Poverty fills armies, mans navies, and peoples colonies. In vain the drums beat for soldiers to serve in the armies for fivepence a day, and the king's captains invite seamen to serve in the royal navy for twenty-three shillings per month, in a country where the ordinary laborer can have nine shillings a week for his labor, and the manufacturers earn from twelve to sixteen shillings a week for their work, and while trade gives thirty shillings per month wages to the seamen on board merchant ships, men will always stay or go, as the pay gives them encouragement; and this is the reason why it has been so much more difficult to raise and recruit armies in England, than it has been in Scotland and Ireland, France and Germany.
The same trade that keeps our people at home, is the cause of the well-living of the people here; for as frugality is not the national virtue of England, so the people that get much, spend much; and as they work hard, so they live well, eat and drink well, clothe warm, and lodge soft. In a word, the working, manufacturing people of England eat the fat, drink the sweet, live better, and fare better, than the working poor of any other nation in Europe; they make better wages of their work; and spend more of the money upon their backs and bellies than in any other country.
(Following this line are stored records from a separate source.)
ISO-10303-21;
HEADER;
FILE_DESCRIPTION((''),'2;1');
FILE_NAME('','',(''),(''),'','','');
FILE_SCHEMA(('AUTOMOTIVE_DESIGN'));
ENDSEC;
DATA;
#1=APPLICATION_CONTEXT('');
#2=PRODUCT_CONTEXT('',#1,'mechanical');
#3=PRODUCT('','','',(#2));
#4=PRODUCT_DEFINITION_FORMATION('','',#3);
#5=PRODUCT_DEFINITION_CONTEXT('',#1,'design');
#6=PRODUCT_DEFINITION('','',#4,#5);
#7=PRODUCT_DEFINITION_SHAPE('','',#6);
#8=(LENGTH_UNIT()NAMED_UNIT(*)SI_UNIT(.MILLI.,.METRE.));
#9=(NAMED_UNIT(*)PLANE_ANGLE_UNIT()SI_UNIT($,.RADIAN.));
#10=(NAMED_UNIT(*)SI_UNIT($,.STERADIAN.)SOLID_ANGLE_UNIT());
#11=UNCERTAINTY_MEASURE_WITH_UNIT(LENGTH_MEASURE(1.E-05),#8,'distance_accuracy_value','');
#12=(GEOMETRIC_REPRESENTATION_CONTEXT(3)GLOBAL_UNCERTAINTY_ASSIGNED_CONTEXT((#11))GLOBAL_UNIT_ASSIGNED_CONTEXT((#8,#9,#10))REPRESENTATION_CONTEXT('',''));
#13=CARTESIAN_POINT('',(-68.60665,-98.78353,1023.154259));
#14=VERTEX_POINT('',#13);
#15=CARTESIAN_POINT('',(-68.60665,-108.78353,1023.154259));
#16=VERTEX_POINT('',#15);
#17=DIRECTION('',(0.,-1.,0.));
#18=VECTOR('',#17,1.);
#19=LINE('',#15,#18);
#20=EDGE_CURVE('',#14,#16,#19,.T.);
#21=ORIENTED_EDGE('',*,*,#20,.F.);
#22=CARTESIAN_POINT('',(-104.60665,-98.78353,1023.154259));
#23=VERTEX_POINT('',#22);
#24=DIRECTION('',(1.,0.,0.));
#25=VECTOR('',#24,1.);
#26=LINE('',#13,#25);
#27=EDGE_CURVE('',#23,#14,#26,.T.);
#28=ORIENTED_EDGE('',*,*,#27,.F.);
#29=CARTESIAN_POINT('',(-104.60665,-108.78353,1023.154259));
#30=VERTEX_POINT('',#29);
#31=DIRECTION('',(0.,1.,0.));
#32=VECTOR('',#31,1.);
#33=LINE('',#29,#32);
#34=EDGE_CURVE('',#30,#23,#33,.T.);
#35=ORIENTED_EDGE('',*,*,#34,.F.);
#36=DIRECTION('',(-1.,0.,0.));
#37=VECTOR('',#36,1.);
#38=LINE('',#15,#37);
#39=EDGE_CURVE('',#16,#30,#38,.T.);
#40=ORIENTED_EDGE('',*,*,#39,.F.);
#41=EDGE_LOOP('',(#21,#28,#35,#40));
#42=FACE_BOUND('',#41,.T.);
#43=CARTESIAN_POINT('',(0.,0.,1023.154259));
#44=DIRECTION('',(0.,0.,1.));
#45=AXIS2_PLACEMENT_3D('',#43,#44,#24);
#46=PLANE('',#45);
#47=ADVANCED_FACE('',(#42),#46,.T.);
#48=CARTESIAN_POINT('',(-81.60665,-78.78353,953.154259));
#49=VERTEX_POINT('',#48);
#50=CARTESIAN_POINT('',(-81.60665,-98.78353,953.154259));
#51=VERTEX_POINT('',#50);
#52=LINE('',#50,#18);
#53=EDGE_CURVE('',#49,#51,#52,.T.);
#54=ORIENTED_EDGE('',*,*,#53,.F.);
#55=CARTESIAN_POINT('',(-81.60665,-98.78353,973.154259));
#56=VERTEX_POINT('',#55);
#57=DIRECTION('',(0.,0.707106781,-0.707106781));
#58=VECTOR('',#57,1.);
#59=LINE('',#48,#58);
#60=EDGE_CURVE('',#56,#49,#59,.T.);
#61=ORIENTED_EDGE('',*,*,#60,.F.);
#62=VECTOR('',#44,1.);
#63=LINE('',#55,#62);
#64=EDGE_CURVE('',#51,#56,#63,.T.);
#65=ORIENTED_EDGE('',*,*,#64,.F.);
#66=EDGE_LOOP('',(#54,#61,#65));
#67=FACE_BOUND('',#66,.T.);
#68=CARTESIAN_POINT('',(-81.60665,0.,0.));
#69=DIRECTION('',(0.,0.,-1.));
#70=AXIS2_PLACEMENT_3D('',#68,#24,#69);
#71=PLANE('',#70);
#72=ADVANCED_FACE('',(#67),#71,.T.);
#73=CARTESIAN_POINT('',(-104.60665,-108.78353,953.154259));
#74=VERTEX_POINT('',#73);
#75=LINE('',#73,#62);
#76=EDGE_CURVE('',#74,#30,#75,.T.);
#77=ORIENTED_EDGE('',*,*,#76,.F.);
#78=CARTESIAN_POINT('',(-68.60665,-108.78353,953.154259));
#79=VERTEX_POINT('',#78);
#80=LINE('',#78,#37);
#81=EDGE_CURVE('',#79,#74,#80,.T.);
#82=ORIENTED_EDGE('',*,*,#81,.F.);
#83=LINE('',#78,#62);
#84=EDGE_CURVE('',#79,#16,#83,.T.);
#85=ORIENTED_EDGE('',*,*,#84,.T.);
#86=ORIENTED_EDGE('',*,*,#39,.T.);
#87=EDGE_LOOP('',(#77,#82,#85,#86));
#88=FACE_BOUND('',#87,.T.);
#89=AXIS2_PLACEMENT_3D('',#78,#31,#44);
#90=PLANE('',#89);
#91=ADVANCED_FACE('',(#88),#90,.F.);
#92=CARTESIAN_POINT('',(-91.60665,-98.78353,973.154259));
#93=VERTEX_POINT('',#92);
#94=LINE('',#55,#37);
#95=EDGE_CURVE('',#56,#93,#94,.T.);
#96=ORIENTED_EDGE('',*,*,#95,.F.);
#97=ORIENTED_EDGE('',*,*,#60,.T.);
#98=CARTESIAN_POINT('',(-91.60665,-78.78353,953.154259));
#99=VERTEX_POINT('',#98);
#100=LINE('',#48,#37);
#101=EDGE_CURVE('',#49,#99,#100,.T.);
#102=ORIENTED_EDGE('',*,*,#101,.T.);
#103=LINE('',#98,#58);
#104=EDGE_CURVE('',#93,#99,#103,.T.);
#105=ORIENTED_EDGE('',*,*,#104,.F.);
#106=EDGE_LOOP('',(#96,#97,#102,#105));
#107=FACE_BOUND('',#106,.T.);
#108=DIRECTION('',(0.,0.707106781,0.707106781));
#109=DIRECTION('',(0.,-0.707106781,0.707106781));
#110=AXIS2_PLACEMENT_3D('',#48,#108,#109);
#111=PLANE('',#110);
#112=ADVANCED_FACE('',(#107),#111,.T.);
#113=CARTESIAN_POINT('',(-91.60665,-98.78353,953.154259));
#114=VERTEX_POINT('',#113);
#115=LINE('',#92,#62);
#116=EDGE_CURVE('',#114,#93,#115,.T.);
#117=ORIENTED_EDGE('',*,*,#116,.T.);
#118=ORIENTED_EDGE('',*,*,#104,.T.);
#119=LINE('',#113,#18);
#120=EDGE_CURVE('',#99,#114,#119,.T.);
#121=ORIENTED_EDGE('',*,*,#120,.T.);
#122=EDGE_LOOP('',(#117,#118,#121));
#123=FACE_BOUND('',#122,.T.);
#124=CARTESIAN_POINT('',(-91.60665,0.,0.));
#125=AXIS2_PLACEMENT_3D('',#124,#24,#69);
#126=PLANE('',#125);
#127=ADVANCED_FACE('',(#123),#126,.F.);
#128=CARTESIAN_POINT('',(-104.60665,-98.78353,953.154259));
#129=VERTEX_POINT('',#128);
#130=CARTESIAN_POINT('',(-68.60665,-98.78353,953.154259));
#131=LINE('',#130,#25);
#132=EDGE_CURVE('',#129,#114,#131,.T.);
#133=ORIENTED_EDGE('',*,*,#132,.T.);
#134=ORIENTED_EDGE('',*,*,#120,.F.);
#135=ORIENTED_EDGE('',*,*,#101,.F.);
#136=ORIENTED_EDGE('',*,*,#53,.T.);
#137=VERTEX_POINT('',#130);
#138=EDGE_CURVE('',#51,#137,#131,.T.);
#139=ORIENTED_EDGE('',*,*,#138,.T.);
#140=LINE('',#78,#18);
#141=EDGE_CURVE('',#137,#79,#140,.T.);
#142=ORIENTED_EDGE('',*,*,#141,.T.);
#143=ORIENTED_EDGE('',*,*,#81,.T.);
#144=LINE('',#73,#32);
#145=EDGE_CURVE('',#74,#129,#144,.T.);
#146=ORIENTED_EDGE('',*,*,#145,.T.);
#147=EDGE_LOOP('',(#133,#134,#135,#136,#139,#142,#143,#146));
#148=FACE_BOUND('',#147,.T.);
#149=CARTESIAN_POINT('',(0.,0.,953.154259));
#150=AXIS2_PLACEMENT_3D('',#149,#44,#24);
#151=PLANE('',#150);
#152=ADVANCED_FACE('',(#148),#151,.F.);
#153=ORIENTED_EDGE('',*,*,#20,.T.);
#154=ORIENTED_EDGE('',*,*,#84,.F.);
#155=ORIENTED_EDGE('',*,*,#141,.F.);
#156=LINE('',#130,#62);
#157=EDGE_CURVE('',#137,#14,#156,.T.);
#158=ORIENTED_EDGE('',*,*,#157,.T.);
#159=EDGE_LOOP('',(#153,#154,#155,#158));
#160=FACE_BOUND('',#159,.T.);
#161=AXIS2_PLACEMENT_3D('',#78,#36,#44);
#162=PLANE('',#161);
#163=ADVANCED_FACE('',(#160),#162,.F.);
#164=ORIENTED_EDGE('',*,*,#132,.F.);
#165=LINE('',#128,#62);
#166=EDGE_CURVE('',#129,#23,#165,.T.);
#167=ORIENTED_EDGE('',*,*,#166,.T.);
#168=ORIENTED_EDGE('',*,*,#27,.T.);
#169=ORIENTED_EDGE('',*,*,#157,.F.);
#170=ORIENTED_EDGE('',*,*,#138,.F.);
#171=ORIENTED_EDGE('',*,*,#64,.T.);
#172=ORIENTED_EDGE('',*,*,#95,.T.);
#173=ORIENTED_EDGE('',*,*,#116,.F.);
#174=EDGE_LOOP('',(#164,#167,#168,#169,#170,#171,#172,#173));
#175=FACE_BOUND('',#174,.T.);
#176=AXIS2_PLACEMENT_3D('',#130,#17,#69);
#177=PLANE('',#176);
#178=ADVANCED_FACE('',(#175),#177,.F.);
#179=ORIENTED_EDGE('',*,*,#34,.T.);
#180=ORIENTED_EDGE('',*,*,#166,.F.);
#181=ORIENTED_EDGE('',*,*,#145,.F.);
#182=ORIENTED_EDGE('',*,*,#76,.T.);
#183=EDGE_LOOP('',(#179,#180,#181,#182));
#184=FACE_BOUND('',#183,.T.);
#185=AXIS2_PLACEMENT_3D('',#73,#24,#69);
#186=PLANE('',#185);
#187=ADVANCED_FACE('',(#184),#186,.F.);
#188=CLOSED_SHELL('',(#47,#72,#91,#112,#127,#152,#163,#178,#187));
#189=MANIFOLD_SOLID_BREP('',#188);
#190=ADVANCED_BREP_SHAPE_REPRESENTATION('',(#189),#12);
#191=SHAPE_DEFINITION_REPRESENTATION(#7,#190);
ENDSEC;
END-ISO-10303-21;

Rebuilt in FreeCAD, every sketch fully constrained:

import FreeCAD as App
import Part
import Sketcher

V = App.Vector


def add_polygon(sketch, points):
    """Adds a closed chain of lines whose ends are joined by coincident constraints."""
    first, n = sketch.GeometryCount, len(points)
    for a, b in zip(points, points[1:] + points[:1]):
        sketch.addGeometry(Part.LineSegment(App.Vector(*a, 0), App.Vector(*b, 0)), False)
    for i in range(n):
        sketch.addConstraint(Sketcher.Constraint("Coincident", first + i, 2, first + (i + 1) % n, 1))

doc = App.newDocument("Part")
body = doc.addObject("PartDesign::Body", "Body")

sketch1 = body.newObject("Sketcher::SketchObject", "Sketch")
sketch1.AttachmentSupport = (doc.getObject("XY_Plane"), [""])
sketch1.MapMode = "FlatFace"
sketch1.AttachmentOffset = App.Placement(V(0, 0, 1023.154259), App.Rotation())
add_polygon(sketch1, [(-69, -99), (-69, -109), (-105, -109), (-105, -99)])
sketch1.addConstraint([
    Sketcher.Constraint("Vertical", 0),
    Sketcher.Constraint("Horizontal", 1),
    Sketcher.Constraint("Vertical", 2),
    Sketcher.Constraint("Horizontal", 3),
    Sketcher.Constraint("DistanceX", 1, 2, 1, 1, 36.0),
    Sketcher.Constraint("DistanceY", 0, 2, 0, 1, 10.0),
    Sketcher.Constraint("DistanceX", 0, 2, -1, 1, 68.60665),
    Sketcher.Constraint("DistanceY", 0, 2, -1, 1, 108.78353),
])
pad1 = body.newObject("PartDesign::Pad", "Pad")
pad1.Profile = sketch1
pad1.Length = 70
pad1.Reversed = True

sketch2 = body.newObject("Sketcher::SketchObject", "Sketch001")
sketch2.AttachmentSupport = (doc.getObject("YZ_Plane"), [""])
sketch2.MapMode = "FlatFace"
sketch2.AttachmentOffset = App.Placement(V(0, 0, -86.60665), App.Rotation())
add_polygon(sketch2, [(-79, 953), (-99, 953), (-99, 973)])
sketch2.addConstraint([
    Sketcher.Constraint("Horizontal", 0),
    Sketcher.Constraint("Vertical", 1),
    Sketcher.Constraint("Equal", 0, 1),
    Sketcher.Constraint("DistanceX", 0, 2, 0, 1, 20.0),
    Sketcher.Constraint("DistanceX", 0, 2, -1, 1, 98.78353),
    Sketcher.Constraint("DistanceY", -1, 1, 0, 2, 953.154259),
])
pad2 = body.newObject("PartDesign::Pad", "Pad001")
pad2.Profile = sketch2
pad2.Type = "TwoLengths"
pad2.Length = 5
pad2.Length2 = 5
pad2.Reversed = True

doc.recompute()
This expense of the poor, as it causes a prodigious consumption both of the provisions and of the manufactures of our country at home, so two things are undeniably the consequence of that part.
1. The consumption of provisions increases the rent and value of the lands; and this raises the gentlemen's estates, and that again increases the employment of people, and consequently the numbers of them, as well those that are employed in the husbandry of land, breeding and feeding of cattle, etc., as of servants to the gentlemen's families, who as their estates increase in value, so they increase their families and equipages.
2. As the people get greater wages, so they, I mean the same poorer part of the people, clothe better, and furnish better; and this increases the consumption of the very manufactures they make; then that consumption increases the quantity made; and this creates what we call inland trade, by which innumerable families are employed, and the increase of the people maintained; and by which increase of trade and people the present growing prosperity of this nation is produced.
The whole glory and greatness of England then, being thus raised by trade, it must be unaccountable folly and ignorance in us to lessen that one article in our own esteem, which is the only fountain from whence we all, take us as a nation, are raised, and by which we are enriched and maintained. The Scripture says, speaking of the riches and glory of the city of Tyre, which was indeed at that time the great port or emporium of the world for foreign commerce, from whence all the silks and fine manufactures of Persia and India were exported all over the western world, "that her merchants were princes," and in another place, "by thy traffic thou hast increased thy riches." Certain it is, that our traffic has increased our riches; and it is also certain, that the flourishing of our manufacture is the foundation of all our traffic, as well our merchandise as our inland trade.
From: Daniel Defoe, The Complete English Tradesman (London, 1724), Chap. XXV as repreinted in Eugen Weber, ed., The Western Tradition: From the Ancient World to Louis XIV (Lexington, MA; D.C., Heath, 1995) pp. 476-481.